What the task requires:
The lines to repeat are those below from the one containing "#133=LINE('',#124,#18);" down to the one containing "#164=EDGE_CURVE('',#159,#149,#163,.T.);", both included; reproduce them exactly and nothing else.

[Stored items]
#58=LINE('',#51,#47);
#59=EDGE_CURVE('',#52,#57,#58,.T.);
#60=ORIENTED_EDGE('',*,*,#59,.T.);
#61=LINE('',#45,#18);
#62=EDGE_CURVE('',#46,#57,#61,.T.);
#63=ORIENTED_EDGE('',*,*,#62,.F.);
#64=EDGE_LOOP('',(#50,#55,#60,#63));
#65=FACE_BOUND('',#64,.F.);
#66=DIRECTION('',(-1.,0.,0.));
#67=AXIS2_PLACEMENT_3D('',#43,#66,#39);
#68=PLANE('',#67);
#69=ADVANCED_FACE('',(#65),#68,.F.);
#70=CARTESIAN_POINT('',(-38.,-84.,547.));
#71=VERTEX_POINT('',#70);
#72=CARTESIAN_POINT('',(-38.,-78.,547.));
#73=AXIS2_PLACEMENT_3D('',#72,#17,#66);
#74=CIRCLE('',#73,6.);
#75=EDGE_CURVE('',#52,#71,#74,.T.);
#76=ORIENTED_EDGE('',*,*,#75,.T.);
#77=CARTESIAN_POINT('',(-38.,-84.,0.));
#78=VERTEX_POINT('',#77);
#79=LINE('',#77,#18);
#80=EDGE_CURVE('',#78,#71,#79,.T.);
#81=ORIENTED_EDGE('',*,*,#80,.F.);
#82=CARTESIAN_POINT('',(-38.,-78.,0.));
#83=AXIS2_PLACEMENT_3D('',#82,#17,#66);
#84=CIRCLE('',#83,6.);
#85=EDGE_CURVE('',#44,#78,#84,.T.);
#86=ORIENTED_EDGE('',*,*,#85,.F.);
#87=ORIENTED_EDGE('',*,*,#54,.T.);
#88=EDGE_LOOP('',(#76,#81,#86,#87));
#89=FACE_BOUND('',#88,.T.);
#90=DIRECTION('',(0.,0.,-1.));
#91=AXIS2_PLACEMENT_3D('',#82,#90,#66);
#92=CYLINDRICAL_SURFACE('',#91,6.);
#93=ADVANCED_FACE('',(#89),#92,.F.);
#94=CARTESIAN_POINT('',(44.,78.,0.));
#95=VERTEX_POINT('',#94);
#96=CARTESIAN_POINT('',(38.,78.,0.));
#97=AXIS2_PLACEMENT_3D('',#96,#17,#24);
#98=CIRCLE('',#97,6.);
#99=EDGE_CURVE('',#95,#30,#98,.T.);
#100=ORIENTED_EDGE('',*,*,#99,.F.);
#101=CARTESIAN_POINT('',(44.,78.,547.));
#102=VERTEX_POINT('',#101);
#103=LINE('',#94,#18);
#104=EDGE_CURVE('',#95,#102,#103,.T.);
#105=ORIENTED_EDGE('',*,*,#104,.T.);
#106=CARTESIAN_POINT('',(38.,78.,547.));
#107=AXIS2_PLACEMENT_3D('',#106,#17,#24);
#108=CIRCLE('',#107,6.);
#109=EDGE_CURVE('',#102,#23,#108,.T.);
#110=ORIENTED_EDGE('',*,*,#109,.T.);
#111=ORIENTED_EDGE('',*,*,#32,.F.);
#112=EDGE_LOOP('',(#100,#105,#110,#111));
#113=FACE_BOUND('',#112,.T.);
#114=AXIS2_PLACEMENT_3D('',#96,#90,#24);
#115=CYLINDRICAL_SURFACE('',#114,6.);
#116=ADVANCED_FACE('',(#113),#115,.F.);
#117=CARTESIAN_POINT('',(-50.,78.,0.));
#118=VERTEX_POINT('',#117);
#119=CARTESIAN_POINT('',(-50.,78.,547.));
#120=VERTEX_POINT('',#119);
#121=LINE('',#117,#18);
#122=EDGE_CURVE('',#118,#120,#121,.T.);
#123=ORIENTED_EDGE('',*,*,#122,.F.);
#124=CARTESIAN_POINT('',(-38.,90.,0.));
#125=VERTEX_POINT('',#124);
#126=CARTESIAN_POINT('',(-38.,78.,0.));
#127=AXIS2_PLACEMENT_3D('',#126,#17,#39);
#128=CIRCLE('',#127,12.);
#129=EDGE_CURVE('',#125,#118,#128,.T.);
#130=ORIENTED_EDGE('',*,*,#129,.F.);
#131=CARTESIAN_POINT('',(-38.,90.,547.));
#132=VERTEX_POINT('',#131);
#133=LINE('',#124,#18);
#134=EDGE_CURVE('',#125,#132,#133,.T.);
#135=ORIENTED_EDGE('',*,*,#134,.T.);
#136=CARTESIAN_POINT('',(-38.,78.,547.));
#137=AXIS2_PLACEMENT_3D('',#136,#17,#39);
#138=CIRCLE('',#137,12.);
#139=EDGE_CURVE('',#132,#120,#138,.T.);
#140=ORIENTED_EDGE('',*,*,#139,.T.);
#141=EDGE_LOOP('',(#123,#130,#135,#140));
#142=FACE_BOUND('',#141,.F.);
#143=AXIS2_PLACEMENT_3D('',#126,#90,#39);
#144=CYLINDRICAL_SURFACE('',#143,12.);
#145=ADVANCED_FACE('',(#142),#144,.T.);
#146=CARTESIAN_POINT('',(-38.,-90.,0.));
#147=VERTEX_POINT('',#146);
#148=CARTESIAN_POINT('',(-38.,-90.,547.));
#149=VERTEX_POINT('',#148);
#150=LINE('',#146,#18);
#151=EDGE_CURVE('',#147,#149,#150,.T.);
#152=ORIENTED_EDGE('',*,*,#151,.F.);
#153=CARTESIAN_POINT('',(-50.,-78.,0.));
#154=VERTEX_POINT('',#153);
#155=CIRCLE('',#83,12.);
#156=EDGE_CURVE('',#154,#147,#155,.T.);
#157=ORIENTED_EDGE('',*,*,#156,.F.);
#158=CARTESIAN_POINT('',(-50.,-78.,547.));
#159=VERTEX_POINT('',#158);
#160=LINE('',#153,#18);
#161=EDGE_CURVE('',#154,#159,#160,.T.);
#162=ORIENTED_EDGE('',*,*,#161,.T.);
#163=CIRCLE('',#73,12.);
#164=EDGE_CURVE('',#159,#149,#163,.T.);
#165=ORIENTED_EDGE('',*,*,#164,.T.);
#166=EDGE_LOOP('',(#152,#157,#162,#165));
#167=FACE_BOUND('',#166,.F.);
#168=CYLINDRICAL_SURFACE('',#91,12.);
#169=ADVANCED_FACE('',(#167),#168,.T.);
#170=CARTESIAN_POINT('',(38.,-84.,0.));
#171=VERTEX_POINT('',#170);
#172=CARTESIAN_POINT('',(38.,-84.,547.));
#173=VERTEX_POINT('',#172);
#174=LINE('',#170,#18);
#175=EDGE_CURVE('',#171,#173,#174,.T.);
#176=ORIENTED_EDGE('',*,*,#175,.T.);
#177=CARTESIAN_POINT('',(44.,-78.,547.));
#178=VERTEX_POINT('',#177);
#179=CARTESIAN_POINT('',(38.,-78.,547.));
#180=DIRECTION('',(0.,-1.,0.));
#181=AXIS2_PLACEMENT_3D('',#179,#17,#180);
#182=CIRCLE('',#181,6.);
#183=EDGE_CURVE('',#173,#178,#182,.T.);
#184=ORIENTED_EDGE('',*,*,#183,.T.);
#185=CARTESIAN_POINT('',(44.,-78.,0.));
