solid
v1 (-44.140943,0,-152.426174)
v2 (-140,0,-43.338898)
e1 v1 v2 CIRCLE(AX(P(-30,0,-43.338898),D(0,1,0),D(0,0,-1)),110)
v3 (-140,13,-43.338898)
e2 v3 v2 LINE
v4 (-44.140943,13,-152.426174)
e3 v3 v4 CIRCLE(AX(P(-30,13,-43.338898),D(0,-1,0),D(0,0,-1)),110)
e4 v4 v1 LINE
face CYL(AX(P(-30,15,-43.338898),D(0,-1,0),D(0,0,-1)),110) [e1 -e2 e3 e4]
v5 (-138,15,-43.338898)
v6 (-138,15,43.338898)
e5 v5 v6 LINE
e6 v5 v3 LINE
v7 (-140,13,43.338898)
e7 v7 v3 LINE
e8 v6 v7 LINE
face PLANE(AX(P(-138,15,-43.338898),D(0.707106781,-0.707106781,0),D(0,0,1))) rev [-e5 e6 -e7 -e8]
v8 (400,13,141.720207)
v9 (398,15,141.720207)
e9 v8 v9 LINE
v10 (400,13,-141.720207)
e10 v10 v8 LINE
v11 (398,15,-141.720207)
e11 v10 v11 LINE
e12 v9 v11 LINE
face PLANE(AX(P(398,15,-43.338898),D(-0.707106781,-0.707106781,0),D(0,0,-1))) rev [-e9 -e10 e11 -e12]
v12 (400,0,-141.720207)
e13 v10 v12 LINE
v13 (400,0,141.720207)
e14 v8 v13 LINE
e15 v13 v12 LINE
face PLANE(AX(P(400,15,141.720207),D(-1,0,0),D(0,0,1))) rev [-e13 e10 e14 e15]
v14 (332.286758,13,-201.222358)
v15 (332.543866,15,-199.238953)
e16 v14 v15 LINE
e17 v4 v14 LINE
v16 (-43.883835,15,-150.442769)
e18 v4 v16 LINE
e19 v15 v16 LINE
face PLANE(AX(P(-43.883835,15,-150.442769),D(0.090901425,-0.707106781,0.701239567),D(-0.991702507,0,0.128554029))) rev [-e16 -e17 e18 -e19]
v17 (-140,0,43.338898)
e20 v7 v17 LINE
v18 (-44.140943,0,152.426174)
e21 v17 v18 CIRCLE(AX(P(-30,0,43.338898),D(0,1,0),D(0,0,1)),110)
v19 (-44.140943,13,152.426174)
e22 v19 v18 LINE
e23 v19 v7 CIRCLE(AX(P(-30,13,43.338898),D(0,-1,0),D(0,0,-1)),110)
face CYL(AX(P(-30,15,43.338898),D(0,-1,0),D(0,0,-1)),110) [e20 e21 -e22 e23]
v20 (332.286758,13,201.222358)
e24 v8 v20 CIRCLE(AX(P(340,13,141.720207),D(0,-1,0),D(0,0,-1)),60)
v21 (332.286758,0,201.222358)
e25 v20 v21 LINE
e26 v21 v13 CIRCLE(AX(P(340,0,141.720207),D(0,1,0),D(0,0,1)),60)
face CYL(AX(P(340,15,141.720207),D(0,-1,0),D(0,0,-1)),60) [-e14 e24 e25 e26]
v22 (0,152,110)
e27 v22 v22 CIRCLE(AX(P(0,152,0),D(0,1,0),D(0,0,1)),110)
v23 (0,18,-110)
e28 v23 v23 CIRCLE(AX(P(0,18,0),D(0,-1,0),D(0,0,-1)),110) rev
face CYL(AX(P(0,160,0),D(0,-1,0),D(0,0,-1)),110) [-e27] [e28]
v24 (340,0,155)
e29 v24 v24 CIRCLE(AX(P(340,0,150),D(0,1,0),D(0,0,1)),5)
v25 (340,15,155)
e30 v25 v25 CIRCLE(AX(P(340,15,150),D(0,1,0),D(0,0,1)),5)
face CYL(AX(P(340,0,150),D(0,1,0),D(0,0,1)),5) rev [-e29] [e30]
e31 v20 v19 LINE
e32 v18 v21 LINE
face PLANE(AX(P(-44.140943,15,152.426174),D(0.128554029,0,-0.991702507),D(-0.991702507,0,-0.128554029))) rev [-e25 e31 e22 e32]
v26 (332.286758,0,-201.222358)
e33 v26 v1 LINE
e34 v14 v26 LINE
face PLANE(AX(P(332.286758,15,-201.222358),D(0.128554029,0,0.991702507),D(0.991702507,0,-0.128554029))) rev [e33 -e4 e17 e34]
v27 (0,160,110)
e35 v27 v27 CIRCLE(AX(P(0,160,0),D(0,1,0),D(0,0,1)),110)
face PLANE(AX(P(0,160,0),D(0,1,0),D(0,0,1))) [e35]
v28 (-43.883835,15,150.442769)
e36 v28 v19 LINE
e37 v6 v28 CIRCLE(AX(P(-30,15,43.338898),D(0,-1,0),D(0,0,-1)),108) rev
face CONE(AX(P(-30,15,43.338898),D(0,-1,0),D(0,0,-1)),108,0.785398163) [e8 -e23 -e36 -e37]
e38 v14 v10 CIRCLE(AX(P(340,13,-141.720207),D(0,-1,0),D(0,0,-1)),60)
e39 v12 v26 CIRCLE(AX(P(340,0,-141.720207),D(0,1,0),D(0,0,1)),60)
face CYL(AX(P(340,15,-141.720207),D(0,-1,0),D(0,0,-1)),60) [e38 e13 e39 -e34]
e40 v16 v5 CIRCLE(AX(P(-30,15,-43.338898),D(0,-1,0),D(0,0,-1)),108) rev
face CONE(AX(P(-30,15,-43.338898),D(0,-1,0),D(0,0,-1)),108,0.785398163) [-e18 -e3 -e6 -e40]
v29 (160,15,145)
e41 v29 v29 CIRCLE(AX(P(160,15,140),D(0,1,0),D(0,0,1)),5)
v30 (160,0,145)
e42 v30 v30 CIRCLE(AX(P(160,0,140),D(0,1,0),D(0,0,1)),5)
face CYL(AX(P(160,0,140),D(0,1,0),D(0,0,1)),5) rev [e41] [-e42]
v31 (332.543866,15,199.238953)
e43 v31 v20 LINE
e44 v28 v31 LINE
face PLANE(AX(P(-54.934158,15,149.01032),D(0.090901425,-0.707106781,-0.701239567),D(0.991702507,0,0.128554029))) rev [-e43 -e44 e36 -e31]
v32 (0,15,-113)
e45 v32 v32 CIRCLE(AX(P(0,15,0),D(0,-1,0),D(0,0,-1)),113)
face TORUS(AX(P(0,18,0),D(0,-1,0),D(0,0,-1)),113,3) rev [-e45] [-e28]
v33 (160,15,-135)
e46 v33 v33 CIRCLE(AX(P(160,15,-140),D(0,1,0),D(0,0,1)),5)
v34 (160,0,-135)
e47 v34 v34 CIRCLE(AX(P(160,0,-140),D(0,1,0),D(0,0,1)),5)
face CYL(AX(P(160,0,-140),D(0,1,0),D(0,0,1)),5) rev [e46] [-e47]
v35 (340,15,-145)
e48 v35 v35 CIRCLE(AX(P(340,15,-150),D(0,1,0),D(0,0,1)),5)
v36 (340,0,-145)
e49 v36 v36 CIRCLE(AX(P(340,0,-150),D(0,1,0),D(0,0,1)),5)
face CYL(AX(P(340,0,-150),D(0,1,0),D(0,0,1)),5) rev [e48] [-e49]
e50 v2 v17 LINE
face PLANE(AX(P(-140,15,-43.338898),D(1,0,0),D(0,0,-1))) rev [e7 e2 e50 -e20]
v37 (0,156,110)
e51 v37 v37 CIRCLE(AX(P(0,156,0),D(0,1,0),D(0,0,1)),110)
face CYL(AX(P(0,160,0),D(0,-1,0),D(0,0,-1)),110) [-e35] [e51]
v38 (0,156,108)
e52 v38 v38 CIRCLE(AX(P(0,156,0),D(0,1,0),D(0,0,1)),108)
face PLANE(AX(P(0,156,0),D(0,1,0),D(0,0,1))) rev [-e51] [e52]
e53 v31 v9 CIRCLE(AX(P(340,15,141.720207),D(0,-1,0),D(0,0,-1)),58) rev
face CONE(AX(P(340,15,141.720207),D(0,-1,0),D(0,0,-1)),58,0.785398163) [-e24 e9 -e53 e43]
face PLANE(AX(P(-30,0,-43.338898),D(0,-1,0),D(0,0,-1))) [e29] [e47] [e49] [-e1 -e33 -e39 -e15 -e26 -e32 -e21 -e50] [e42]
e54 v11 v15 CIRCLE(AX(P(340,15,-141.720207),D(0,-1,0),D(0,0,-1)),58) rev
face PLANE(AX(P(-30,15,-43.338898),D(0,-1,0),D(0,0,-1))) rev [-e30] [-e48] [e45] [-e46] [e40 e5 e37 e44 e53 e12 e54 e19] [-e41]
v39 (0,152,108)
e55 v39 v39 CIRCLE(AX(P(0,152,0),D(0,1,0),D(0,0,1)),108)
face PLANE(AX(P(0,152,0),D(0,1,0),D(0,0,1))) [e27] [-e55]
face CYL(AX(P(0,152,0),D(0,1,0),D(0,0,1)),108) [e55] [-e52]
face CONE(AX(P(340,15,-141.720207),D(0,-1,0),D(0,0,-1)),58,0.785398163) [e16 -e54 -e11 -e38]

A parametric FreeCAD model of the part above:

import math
import FreeCAD as App
import Part
import Sketcher
from FreeCAD import Vector
Q = App.Units.Quantity


def edges_at(feature, points):
    """Names of the edges that pass closest to the given points."""
    edges = feature.Shape.Edges
    near = lambda p: min(range(len(edges)), key=lambda i: edges[i].distToShape(Part.Vertex(*p))[0])
    return sorted({f"Edge{near(p) + 1}" for p in points})

doc = App.newDocument("Part")
body = doc.addObject("PartDesign::Body", "Body")

sketch1 = body.newObject("Sketcher::SketchObject", "Sketch")
sketch1.AttachmentSupport = (doc.getObject("XZ_Plane"), [""])
sketch1.MapMode = "FlatFace"
sketch1.addGeometry([
    Part.LineSegment(Vector(-140, -43, 0), Vector(-140, 43, 0)),
    Part.ArcOfCircle(Part.Circle(Vector(-30, 43, 0), Vector(0, 0, 1), 110), math.radians(97), math.radians(180)),
    Part.LineSegment(Vector(-44, 152, 0), Vector(332, 201, 0)),
    Part.ArcOfCircle(Part.Circle(Vector(340, 142, 0), Vector(0, 0, 1), 60), math.radians(0), math.radians(97)),
    Part.LineSegment(Vector(400, 142, 0), Vector(400, -142, 0)),
    Part.ArcOfCircle(Part.Circle(Vector(340, -142, 0), Vector(0, 0, 1), 60), math.radians(-97), math.radians(0)),
    Part.LineSegment(Vector(332, -201, 0), Vector(-44, -152, 0)),
    Part.ArcOfCircle(Part.Circle(Vector(-30, -43, 0), Vector(0, 0, 1), 110), math.radians(180), math.radians(263)),
], False)
sketch1.addConstraint([
    Sketcher.Constraint("Tangent", 0, 2, 1, 2),
    Sketcher.Constraint("Tangent", 1, 1, 2, 1),
    Sketcher.Constraint("Tangent", 2, 2, 3, 2),
    Sketcher.Constraint("Tangent", 3, 1, 4, 1),
    Sketcher.Constraint("Tangent", 4, 2, 5, 2),
    Sketcher.Constraint("Tangent", 5, 1, 6, 1),
    Sketcher.Constraint("Tangent", 6, 2, 7, 2),
    Sketcher.Constraint("Tangent", 7, 1, 0, 1),
    Sketcher.Constraint("Vertical", 0),
    Sketcher.Constraint("Vertical", 4),
    Sketcher.Constraint("Equal", 3, 5),
    Sketcher.Constraint("Equal", 1, 7),
    Sketcher.Constraint("Symmetric", 2, 2, 5, 1, -1),
    Sketcher.Constraint("Radius", 1, Q("110 mm")),
    Sketcher.Constraint("Radius", 3, Q("60 mm")),
    Sketcher.Constraint("DistanceX", 1, 3, -1, 1, Q("30 mm")),
    Sketcher.Constraint("DistanceX", -1, 1, 3, 3, Q("340 mm")),
    Sketcher.Constraint("DistanceY", -1, 1, 1, 3, Q("43.338898 mm")),
    Sketcher.Constraint("Distance", 2, Q("379.577241 mm")),
])
pad1 = body.newObject("PartDesign::Pad", "Pad")
pad1.Profile = sketch1
pad1.Length = 15
pad1.Reversed = True

sketch2 = body.newObject("Sketcher::SketchObject", "Sketch001")
sketch2.AttachmentSupport = (doc.getObject("XZ_Plane"), [""])
sketch2.MapMode = "FlatFace"
sketch2.AttachmentOffset = App.Placement(Vector(0, 0, -15), App.Rotation())
sketch2.addGeometry(Part.Circle(Vector(0, 0, 0), Vector(0, 0, 1), 110), False)
sketch2.addConstraint([
    Sketcher.Constraint("Coincident", 0, 3, -1, 1),
    Sketcher.Constraint("Diameter", 0, Q("220 mm")),
])
pad2 = body.newObject("PartDesign::Pad", "Pad001")
pad2.Profile = sketch2
pad2.Length = 145
pad2.Reversed = True

sketch3 = body.newObject("Sketcher::SketchObject", "Sketch002")
sketch3.AttachmentSupport = (doc.getObject("XZ_Plane"), [""])
sketch3.MapMode = "FlatFace"
sketch3.AttachmentOffset = App.Placement(Vector(0, 0, -156), App.Rotation())
sketch3.addGeometry([
    Part.Circle(Vector(0, 0, 0), Vector(0, 0, 1), 111),
    Part.Circle(Vector(0, 0, 0), Vector(0, 0, 1), 108),
], False)
sketch3.addConstraint([
    Sketcher.Constraint("Coincident", 0, 3, -1, 1),
    Sketcher.Constraint("Coincident", 1, 3, -1, 1),
    Sketcher.Constraint("Diameter", 0, Q("222 mm")),
    Sketcher.Constraint("Diameter", 1, Q("216 mm")),
])
pocket1 = body.newObject("PartDesign::Pocket", "Pocket")
pocket1.Profile = sketch3
pocket1.Length = 4
pocket1.Reversed = True

sketch4 = body.newObject("Sketcher::SketchObject", "Sketch003")
sketch4.AttachmentSupport = (doc.getObject("XZ_Plane"), [""])
sketch4.MapMode = "FlatFace"
sketch4.AttachmentOffset = App.Placement(Vector(0, 0, -15), App.Rotation())
sketch4.addGeometry([
    Part.Circle(Vector(340, 150, 0), Vector(0, 0, 1), 5),
    Part.Circle(Vector(340, -150, 0), Vector(0, 0, 1), 5),
    Part.Circle(Vector(160, 140, 0), Vector(0, 0, 1), 5),
    Part.Circle(Vector(160, -140, 0), Vector(0, 0, 1), 5),
], False)
sketch4.addConstraint([
    Sketcher.Constraint("Equal", 0, 1),
    Sketcher.Constraint("Equal", 1, 2),
    Sketcher.Constraint("Equal", 2, 3),
    Sketcher.Constraint("Symmetric", 0, 3, 1, 3, -1),
    Sketcher.Constraint("Symmetric", 2, 3, 3, 3, -1),
    Sketcher.Constraint("Diameter", 0, Q("10 mm")),
    Sketcher.Constraint("DistanceX", -1, 1, 0, 3, Q("340 mm")),
    Sketcher.Constraint("DistanceY", -1, 1, 0, 3, Q("150 mm")),
    Sketcher.Constraint("DistanceX", -1, 1, 2, 3, Q("160 mm")),
    Sketcher.Constraint("DistanceY", -1, 1, 2, 3, Q("140 mm")),
])
pocket2 = body.newObject("PartDesign::Pocket", "Pocket001")
pocket2.Profile = sketch4
pocket2.Type = "ThroughAll"
pocket2.Reversed = True
doc.recompute()

fillet = body.newObject("PartDesign::Fillet", "Fillet")
fillet.Base = (pocket2, edges_at(pocket2, [(0, 15, -110)]))
fillet.Radius = 3
doc.recompute()

chamfer = body.newObject("PartDesign::Chamfer", "Chamfer")
chamfer.Base = (fillet, edges_at(fillet, [
    (-112.63, 15, 115.949),
    (144.073, 15, 176.824),
    (379.606, 15, 186.791),
    (400, 15, 0),
    (379.606, 15, -186.791),
    (144.073, 15, -176.824),
    (-112.63, 15, -115.949),
    (-140, 15, 0),
]))
chamfer.Size = 2

doc.recompute()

Task response:
#133=LINE('',#124,#18);
#134=EDGE_CURVE('',#125,#132,#133,.T.);
#135=ORIENTED_EDGE('',*,*,#134,.T.);
#136=CARTESIAN_POINT('',(-38.,78.,547.));
#137=AXIS2_PLACEMENT_3D('',#136,#17,#39);
#138=CIRCLE('',#137,12.);
#139=EDGE_CURVE('',#132,#120,#138,.T.);
#140=ORIENTED_EDGE('',*,*,#139,.T.);
#141=EDGE_LOOP('',(#123,#130,#135,#140));
#142=FACE_BOUND('',#141,.F.);
#143=AXIS2_PLACEMENT_3D('',#126,#90,#39);
#144=CYLINDRICAL_SURFACE('',#143,12.);
#145=ADVANCED_FACE('',(#142),#144,.T.);
#146=CARTESIAN_POINT('',(-38.,-90.,0.));
#147=VERTEX_POINT('',#146);
#148=CARTESIAN_POINT('',(-38.,-90.,547.));
#149=VERTEX_POINT('',#148);
#150=LINE('',#146,#18);
#151=EDGE_CURVE('',#147,#149,#150,.T.);
#152=ORIENTED_EDGE('',*,*,#151,.F.);
#153=CARTESIAN_POINT('',(-50.,-78.,0.));
#154=VERTEX_POINT('',#153);
#155=CIRCLE('',#83,12.);
#156=EDGE_CURVE('',#154,#147,#155,.T.);
#157=ORIENTED_EDGE('',*,*,#156,.F.);
#158=CARTESIAN_POINT('',(-50.,-78.,547.));
#159=VERTEX_POINT('',#158);
#160=LINE('',#153,#18);
#161=EDGE_CURVE('',#154,#159,#160,.T.);
#162=ORIENTED_EDGE('',*,*,#161,.T.);
#163=CIRCLE('',#73,12.);
#164=EDGE_CURVE('',#159,#149,#163,.T.);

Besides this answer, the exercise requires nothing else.